As in Keats’s ode, autumn is here the perfect moment of fruition just before the ravages of winter. John Carey, in his book John Donne: Life, Mind, and Art (1981), cites in this context a sermon in which Donne said that “in Heaven it is always Autumn.” Thus, when the speaker turns from the specter of physical decay at the end of the poem, he declares his loyalty to a more graceful decline, but also perhaps to an intimation of immortality:


I hate extremes; yet I had rather stay
With tombs, than cradles, to wear out a day.
Since such love’s natural lation is, may still
My love descend, and journey down the hill,
Not panting after growing beauties, so,
I shall ebb out with them, who homeward go.
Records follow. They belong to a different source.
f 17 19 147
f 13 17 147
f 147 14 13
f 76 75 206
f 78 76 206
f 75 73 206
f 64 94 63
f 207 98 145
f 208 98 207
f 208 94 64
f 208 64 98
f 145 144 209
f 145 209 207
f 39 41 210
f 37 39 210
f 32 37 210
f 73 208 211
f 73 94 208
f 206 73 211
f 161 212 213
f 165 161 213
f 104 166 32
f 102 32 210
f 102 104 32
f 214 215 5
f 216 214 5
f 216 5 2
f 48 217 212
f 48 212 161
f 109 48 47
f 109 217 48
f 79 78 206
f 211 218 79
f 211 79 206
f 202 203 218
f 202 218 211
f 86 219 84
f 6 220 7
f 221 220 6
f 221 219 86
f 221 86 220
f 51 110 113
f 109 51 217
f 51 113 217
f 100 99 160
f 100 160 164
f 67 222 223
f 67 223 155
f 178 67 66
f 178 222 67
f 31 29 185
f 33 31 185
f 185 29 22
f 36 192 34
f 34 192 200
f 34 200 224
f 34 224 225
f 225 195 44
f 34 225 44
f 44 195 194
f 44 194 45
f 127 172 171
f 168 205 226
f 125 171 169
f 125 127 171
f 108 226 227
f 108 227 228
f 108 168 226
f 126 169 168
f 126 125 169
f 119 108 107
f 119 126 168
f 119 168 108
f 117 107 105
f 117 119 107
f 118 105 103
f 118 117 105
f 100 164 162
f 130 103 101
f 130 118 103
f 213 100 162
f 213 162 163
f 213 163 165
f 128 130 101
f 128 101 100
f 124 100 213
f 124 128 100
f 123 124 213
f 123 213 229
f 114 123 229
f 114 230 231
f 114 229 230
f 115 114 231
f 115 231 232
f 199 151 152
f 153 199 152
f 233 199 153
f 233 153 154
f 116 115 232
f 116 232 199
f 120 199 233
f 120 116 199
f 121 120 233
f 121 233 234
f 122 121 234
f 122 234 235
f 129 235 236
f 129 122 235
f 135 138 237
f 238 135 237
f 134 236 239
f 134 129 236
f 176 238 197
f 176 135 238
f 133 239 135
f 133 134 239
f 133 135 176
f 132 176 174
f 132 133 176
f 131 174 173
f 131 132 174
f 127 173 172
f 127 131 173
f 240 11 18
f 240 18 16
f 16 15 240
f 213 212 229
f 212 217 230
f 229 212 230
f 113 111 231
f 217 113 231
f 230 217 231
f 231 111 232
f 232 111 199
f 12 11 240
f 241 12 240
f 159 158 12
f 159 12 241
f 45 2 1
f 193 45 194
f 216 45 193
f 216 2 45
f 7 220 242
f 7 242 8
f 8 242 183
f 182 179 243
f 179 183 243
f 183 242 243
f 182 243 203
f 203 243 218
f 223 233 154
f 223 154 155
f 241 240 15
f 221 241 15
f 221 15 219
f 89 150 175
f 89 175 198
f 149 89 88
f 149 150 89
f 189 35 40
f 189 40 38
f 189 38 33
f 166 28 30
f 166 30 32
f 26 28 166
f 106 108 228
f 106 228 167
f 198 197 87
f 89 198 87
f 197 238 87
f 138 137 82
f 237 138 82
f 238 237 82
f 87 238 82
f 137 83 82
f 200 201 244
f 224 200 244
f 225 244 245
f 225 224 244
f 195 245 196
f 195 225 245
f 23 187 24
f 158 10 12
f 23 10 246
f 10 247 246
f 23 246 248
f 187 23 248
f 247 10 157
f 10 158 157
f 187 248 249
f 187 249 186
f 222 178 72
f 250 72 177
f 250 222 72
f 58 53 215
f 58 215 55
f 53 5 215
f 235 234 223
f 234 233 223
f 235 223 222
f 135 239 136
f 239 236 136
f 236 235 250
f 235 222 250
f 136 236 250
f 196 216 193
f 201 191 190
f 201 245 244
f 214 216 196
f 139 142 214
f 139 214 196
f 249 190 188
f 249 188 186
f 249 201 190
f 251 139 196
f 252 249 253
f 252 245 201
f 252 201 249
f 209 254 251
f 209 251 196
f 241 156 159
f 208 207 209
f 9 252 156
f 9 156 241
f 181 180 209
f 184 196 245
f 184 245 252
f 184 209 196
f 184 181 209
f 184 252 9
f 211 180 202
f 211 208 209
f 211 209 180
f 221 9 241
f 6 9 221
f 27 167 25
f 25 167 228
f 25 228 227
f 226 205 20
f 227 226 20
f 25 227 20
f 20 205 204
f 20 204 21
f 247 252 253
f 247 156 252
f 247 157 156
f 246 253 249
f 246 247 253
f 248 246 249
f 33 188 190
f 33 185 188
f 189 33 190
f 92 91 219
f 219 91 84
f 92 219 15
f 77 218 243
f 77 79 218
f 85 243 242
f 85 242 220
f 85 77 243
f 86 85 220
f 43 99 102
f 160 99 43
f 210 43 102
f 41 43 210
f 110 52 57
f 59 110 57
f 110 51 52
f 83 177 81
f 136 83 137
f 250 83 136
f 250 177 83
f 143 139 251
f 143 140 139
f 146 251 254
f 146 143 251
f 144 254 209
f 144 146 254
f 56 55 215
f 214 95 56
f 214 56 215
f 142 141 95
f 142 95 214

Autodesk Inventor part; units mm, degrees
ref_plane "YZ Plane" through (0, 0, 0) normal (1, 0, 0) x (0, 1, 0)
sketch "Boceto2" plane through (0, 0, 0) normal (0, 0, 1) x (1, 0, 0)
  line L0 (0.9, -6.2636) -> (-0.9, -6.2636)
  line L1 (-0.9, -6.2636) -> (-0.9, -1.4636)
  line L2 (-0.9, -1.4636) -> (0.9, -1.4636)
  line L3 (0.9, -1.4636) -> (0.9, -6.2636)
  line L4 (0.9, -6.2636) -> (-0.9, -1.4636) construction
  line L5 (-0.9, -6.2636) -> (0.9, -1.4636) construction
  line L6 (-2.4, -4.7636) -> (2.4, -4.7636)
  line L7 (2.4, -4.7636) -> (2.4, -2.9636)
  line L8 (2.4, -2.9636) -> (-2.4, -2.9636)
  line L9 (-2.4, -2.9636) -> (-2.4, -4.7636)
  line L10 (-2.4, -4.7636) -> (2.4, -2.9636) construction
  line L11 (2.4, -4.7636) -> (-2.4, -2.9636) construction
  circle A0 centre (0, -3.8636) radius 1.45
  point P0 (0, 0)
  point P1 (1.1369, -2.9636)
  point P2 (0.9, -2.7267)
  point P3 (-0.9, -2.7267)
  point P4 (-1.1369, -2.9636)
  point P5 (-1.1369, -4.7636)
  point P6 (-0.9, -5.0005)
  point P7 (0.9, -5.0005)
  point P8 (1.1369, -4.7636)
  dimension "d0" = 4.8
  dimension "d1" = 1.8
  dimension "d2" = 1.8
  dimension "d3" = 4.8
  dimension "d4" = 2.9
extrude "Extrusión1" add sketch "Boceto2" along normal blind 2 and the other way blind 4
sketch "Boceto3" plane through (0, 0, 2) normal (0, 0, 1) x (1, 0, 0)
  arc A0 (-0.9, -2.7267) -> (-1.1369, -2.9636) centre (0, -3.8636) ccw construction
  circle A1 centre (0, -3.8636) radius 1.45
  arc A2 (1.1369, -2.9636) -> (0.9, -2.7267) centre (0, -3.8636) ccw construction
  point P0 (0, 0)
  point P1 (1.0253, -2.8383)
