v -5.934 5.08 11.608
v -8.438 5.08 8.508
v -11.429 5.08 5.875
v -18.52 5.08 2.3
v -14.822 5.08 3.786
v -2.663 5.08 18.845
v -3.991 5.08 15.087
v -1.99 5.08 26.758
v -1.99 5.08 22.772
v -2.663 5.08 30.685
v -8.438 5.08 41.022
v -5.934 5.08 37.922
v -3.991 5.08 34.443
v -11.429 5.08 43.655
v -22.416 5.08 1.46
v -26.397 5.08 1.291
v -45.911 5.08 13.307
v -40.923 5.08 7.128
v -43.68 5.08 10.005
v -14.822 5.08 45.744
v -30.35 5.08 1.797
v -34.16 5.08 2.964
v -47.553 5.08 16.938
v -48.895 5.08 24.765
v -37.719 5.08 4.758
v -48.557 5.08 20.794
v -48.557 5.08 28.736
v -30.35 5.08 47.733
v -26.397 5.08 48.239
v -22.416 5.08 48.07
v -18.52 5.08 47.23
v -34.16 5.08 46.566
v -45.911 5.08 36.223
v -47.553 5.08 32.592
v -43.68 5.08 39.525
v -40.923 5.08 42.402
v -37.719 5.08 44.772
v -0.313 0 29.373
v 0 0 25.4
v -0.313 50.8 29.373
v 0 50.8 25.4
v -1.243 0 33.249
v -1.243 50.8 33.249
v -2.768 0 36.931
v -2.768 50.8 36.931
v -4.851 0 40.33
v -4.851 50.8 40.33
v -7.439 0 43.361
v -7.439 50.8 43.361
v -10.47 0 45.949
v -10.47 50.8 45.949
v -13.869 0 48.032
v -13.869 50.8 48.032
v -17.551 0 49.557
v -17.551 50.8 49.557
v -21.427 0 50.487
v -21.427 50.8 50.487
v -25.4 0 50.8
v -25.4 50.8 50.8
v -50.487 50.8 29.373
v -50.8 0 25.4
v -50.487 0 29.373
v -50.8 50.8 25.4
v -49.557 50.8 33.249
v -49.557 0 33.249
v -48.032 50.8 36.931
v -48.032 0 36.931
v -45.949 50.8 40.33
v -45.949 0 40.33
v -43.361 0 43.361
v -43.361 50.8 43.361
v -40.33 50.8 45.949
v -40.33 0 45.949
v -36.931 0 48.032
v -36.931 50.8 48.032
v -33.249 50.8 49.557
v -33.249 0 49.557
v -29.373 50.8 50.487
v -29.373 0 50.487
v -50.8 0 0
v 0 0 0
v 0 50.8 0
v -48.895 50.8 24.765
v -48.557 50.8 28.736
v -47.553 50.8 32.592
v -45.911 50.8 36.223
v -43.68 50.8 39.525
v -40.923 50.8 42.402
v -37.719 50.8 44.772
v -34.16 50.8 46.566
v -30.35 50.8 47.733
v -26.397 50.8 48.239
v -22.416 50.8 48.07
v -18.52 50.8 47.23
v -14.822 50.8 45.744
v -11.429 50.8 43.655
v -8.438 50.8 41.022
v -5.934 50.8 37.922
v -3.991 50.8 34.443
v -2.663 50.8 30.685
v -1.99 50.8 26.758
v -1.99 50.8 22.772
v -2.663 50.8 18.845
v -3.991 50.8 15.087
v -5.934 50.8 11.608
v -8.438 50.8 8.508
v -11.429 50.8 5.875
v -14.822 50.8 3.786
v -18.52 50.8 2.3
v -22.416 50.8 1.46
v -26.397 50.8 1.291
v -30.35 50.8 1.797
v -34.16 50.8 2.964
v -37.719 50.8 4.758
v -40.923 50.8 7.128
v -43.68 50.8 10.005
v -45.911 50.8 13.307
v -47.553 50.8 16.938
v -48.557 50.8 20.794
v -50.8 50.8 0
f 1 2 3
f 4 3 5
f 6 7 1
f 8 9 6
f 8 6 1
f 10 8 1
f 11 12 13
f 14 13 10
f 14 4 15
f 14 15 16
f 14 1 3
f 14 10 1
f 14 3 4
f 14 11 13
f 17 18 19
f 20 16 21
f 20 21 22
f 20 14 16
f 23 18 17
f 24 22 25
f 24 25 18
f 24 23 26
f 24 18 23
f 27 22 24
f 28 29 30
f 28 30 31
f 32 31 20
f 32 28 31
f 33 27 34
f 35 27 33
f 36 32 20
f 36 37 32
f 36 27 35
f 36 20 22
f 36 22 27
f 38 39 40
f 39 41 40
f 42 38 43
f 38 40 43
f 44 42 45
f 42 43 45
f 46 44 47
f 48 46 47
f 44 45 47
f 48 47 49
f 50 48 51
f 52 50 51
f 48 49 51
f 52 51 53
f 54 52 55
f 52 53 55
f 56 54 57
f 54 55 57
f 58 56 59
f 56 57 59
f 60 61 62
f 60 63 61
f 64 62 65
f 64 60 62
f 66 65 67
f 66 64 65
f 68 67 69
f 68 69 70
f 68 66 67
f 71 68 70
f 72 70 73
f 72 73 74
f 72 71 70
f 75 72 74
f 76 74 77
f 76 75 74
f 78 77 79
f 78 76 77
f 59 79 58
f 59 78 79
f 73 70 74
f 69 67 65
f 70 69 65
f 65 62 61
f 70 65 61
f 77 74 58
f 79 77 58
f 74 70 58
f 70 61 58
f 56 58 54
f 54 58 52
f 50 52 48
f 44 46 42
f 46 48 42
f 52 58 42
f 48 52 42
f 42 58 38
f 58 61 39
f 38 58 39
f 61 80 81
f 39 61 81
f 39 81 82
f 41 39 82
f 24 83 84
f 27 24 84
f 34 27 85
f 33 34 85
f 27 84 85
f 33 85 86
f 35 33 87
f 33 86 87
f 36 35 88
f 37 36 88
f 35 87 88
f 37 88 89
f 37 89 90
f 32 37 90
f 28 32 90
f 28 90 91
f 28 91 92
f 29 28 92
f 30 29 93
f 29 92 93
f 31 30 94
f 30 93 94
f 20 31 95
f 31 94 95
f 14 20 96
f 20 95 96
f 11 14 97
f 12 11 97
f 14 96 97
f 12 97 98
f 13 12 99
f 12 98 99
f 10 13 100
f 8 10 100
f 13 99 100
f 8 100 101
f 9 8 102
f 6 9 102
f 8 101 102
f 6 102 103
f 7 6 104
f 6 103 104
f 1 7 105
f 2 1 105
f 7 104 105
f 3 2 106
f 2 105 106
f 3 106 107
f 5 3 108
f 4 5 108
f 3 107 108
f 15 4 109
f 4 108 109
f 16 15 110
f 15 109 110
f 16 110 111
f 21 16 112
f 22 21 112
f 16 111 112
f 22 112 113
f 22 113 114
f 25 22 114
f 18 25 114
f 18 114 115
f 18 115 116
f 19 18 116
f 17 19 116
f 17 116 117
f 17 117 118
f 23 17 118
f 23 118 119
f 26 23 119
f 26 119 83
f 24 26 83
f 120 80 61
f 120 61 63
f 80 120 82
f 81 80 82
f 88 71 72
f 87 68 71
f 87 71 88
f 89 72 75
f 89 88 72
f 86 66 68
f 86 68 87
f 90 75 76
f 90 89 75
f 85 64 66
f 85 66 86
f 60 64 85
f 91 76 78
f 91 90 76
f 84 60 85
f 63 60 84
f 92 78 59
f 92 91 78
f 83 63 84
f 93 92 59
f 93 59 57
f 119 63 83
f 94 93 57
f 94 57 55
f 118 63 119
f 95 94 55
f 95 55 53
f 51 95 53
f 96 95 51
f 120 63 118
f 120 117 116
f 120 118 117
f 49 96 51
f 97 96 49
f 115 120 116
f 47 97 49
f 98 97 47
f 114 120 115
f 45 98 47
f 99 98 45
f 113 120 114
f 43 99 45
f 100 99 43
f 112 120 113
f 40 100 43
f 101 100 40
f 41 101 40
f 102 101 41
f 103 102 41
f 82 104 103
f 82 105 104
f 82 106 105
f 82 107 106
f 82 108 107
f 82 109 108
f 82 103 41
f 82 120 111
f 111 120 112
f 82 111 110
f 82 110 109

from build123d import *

# Parameters (mm, degrees)
F0_W     = 50.8
F0_H     = 50.8
F1_DEPTH = 50.8
F3_R     = 25.39999
F2_R     = 23.495
F4_DEPTH = 45.72


# Not quite as in the source:
# - a fillet or chamfer is up to 0.001 mm smaller than in the source, because OpenCascade refuses the exact size


with BuildPart() as f1:
    # F0 (on Top) → F1 (new body)
    with BuildSketch(Plane.XY):
        with Locations((-25.4, 25.4)):
            Rectangle(F0_W, F0_H)
    extrude(amount=F1_DEPTH)

    # F3 (radius 25.4 in the source; OpenCascade refuses exactly that, so slightly less here)
    f3_edges = [f1.edges().sort_by_distance(p)[0] for p in [
        (0, 25.4, 50.8),
        (-50.8, 25.4, 50.8),
    ]]
    fillet(f3_edges, radius=F3_R)

    # F2 (on face) → F4 (cut)
    with BuildSketch(Plane(origin=(0, 50.8, 0), x_dir=(-1, 0, 0), z_dir=(0, 1, 0))):
        with Locations((25.4, 24.765)):
            Circle(F2_R)
    extrude(amount=-F4_DEPTH, mode=Mode.SUBTRACT)


solid = f1.part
(“Lation” is an astronomical term denoting the movement of a body from one place to another.) The punctuation of these lines, their slippery enjambments and expressive caesuras, carry us gently “down the hill” as they ebb out towards their own home. One’s instinct is, like Empson’s, to see a real-life situation here, and to acclaim the poem’s sincerity. There appears to be warrant for this. Izaak Walton, Donne’s first biographer, says that the poem was addressed to Mrs. Magdalen Herbert, mother of George Herbert, whom Donne met when he was approaching forty, i.e., about 1612; she was four or five years his senior. Walton’s dating has however been contested, and the poem is now frequently assigned to c. 1600, when Donne would have been about twenty-eight and Mrs. Herbert thirty-two, making a factual basis less likely. Moreover, some critics assure us that the poem is satirical, mocking the faded beauty it ostensibly celebrates.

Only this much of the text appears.